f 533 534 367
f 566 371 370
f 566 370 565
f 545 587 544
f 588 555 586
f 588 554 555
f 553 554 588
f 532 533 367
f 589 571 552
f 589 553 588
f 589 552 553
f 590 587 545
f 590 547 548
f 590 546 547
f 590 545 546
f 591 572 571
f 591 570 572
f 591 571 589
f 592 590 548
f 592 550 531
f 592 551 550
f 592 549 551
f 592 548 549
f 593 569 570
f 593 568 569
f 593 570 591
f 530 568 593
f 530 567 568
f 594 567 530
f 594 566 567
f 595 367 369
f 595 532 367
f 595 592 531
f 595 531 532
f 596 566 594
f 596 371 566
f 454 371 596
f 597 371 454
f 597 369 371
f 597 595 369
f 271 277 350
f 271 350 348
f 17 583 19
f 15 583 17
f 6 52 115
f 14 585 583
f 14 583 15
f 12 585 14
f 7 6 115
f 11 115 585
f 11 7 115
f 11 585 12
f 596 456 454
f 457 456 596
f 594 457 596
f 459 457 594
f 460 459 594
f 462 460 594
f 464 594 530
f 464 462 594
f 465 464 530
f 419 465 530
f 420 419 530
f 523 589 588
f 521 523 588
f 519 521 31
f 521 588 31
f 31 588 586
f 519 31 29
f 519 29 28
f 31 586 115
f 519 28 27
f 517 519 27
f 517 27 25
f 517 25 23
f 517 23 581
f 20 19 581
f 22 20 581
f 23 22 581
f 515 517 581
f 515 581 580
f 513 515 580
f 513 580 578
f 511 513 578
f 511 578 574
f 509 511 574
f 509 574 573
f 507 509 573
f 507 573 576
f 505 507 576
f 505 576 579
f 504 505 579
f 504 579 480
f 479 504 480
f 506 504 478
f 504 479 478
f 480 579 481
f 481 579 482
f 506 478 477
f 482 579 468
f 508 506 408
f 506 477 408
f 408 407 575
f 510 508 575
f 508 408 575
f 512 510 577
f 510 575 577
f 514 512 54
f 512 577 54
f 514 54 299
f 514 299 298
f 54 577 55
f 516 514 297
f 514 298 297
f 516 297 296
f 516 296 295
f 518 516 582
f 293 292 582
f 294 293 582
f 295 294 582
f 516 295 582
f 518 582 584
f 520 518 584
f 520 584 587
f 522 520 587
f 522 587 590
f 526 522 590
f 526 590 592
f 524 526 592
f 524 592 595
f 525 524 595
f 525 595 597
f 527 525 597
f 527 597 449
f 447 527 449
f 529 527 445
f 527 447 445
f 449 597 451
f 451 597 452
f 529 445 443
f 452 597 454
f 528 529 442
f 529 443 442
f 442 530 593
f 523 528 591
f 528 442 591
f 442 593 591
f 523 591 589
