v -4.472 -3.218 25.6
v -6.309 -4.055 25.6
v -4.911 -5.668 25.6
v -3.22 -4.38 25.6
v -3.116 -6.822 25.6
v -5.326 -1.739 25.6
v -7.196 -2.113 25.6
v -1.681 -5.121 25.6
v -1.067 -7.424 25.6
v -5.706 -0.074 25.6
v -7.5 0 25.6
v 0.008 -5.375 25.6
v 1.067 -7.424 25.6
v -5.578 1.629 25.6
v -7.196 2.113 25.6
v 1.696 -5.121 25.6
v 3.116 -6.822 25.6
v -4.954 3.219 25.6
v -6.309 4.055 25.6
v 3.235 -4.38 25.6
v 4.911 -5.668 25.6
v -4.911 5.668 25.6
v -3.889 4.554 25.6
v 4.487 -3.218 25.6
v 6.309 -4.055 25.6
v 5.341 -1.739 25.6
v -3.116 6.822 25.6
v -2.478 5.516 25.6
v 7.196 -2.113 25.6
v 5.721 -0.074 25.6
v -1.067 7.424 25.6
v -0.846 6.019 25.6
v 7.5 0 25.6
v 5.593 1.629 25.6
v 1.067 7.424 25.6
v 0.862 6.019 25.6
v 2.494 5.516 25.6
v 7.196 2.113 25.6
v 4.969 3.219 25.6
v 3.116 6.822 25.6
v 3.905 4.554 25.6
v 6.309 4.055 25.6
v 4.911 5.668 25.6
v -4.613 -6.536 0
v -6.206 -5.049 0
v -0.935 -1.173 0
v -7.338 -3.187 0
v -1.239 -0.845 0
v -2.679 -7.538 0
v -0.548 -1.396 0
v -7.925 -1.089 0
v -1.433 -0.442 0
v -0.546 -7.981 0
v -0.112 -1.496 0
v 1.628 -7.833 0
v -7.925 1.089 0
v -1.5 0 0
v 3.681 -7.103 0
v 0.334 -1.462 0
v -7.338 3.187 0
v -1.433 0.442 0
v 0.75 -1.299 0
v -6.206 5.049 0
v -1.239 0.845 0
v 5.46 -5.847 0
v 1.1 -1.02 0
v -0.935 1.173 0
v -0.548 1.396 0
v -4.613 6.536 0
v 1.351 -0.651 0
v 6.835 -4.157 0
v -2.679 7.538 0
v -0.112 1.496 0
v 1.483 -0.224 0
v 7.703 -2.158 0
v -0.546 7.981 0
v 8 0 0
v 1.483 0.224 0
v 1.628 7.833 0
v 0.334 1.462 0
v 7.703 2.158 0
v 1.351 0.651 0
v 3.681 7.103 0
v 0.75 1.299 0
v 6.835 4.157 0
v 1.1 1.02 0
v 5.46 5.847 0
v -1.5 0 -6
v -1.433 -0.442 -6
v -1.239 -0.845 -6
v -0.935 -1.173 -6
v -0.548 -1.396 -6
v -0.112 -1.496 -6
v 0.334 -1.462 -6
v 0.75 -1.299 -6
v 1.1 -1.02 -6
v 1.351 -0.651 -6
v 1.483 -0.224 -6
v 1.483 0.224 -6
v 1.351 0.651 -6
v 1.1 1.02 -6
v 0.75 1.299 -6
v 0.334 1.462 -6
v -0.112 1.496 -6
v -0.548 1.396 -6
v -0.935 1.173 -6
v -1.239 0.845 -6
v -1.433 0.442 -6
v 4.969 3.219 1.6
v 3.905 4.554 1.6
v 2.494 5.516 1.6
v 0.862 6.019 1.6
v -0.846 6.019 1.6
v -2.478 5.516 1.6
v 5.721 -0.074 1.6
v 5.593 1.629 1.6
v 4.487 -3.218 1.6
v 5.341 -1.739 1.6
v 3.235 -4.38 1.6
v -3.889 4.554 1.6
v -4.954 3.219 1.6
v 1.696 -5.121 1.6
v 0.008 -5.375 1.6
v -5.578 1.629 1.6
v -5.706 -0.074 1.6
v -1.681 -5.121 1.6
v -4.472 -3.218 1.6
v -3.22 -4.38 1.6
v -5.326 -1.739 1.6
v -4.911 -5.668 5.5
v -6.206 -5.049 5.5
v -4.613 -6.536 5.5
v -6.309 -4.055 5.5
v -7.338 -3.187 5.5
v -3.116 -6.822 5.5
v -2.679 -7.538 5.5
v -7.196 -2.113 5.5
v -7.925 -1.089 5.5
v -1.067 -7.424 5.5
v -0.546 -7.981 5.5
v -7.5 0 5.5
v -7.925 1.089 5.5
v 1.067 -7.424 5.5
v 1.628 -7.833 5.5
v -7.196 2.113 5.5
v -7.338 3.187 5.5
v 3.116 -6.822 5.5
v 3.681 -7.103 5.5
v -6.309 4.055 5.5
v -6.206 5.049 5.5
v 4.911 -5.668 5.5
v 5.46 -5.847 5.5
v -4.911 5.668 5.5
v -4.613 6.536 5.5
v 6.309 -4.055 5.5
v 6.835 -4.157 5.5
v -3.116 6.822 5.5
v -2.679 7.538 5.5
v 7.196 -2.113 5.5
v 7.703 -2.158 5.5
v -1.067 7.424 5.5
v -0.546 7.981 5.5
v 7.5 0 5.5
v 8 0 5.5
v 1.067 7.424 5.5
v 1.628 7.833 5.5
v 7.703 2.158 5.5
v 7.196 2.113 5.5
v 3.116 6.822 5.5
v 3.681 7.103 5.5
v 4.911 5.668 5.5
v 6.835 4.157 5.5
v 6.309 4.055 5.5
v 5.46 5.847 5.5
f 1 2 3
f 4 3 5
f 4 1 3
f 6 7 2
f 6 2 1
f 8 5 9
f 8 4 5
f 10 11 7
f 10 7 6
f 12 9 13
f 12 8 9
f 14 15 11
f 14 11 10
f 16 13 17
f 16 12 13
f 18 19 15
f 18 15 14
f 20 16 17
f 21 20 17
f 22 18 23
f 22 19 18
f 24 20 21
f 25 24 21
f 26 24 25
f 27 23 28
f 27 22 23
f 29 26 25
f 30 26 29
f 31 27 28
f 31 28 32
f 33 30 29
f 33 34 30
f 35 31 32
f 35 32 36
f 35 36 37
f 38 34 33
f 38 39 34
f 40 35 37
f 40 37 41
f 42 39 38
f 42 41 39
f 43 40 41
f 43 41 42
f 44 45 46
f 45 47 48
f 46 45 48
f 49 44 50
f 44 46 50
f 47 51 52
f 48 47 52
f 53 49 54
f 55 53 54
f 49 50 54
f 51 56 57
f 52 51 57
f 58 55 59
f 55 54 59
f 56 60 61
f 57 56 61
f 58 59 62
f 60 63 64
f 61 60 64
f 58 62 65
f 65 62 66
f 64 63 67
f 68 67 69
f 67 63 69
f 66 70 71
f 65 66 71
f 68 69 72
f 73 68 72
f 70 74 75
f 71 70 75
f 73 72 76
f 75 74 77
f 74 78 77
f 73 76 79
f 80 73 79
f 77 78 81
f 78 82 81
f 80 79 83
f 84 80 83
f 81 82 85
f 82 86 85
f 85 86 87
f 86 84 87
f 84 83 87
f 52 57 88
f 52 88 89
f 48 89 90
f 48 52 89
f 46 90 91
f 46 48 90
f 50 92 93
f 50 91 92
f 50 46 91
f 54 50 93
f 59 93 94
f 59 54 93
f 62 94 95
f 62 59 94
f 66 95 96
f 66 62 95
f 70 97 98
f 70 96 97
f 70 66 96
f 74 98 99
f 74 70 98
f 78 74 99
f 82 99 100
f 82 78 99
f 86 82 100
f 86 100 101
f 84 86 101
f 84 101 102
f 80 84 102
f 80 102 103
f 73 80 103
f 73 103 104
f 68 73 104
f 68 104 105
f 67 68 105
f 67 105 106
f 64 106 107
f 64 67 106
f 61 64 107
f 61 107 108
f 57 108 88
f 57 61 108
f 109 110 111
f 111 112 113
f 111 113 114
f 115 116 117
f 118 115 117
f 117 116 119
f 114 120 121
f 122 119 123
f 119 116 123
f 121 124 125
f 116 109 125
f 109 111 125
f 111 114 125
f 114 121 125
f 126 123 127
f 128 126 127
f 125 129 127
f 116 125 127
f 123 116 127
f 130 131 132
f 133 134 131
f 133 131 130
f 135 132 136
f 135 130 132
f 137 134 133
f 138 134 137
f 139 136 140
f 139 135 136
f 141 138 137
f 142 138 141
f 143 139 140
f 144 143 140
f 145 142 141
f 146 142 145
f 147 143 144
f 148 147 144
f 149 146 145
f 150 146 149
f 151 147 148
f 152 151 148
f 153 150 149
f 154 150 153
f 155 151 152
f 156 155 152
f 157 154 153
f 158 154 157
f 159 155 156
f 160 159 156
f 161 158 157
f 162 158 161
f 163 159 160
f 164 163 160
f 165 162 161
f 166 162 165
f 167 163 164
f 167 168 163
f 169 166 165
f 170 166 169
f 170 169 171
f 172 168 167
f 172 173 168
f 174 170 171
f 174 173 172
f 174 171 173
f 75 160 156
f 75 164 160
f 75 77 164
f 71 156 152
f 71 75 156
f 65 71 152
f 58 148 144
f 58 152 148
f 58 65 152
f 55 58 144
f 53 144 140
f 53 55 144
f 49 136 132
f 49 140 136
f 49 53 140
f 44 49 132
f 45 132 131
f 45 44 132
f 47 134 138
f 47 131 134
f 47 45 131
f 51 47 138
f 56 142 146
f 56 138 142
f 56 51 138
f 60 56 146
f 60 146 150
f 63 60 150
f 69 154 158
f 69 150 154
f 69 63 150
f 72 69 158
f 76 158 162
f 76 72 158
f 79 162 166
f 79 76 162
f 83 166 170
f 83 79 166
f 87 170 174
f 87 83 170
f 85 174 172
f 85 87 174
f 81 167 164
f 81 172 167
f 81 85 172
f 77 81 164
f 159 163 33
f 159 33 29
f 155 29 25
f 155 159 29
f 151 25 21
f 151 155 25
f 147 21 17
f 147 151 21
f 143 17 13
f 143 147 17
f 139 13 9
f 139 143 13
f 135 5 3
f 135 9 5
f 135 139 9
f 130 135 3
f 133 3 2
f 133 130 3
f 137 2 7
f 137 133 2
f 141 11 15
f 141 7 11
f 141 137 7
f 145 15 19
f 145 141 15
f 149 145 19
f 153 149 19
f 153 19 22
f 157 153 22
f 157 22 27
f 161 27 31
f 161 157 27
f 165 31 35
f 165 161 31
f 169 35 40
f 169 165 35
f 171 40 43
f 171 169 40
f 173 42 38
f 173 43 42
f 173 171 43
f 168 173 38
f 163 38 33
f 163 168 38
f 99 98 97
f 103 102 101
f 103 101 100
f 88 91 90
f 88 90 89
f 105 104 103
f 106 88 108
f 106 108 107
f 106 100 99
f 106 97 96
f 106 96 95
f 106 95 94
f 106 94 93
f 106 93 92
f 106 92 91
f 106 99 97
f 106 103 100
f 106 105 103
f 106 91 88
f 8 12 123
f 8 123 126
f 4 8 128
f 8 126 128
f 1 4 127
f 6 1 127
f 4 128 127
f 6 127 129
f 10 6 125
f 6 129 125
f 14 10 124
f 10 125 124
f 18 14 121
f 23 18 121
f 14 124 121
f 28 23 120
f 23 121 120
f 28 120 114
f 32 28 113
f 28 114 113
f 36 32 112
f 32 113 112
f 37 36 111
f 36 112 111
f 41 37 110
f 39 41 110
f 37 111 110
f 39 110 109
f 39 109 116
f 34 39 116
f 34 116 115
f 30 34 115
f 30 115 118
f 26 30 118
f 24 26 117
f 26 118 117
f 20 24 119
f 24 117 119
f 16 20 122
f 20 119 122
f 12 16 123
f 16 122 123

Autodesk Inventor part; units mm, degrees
ref_plane "YZ Plane" through (0, 0, 0) normal (1, 0, 0) x (0, 1, 0)
ref_plane "XZ Plane" through (0, 0, 0) normal (0, 1, 0) x (-1, 0, 0)
ref_plane "XY Plane" through (0, 0, 0) normal (0, 0, 1) x (1, 0, 0)
sketch "Sketch1" plane through (0, 0, 0) normal (0, 0, 1) x (1, 0, 0)
  circle A0 centre (0, 0) radius 8
  dimension "d0" = 16
extrude "Extrusion1" add sketch "Sketch1" along normal blind 5.5
sketch "Sketch2" plane through (0, 0, 5.5) normal (0, 0, 1) x (1, 0, 0)
  circle A0 centre (0, 0) radius 7.5
  dimension "d3" = 15
extrude "Extrusion2" add sketch "Sketch2" along normal blind 20.1
sketch "Sketch3" plane through (0, 0, 0) normal (0, 0, -1) x (-1, 0, 0)
  circle A0 centre (0, 0) radius 1.5
  dimension "d6" = 3
extrude "Extrusion3" add sketch "Sketch3" along normal blind 6
sketch "Sketch4" plane through (0, 0, 25.6) normal (0, 0, 1) x (1, 0, 0)
  point P0 (0, 0)
  point P1 (0.0077, 0.354)
hole "Hole1" at (0.0077, 0.354, 25.6) direction (0, 0, -1) diameter 11.4587 depth 24 thread size "M12x0.5" class "6H" standard "ISO Metric profile"
properties part number "shaft"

_Problem to work on_: Word for word, restate the listing above from its first line to the line with "f 591 571 589", keeping both.

_Problem solution_:
f 533 534 367
f 566 371 370
f 566 370 565
f 545 587 544
f 588 555 586
f 588 554 555
f 553 554 588
f 532 533 367
f 589 571 552
f 589 553 588
f 589 552 553
f 590 587 545
f 590 547 548
f 590 546 547
f 590 545 546
f 591 572 571
f 591 570 572
f 591 571 589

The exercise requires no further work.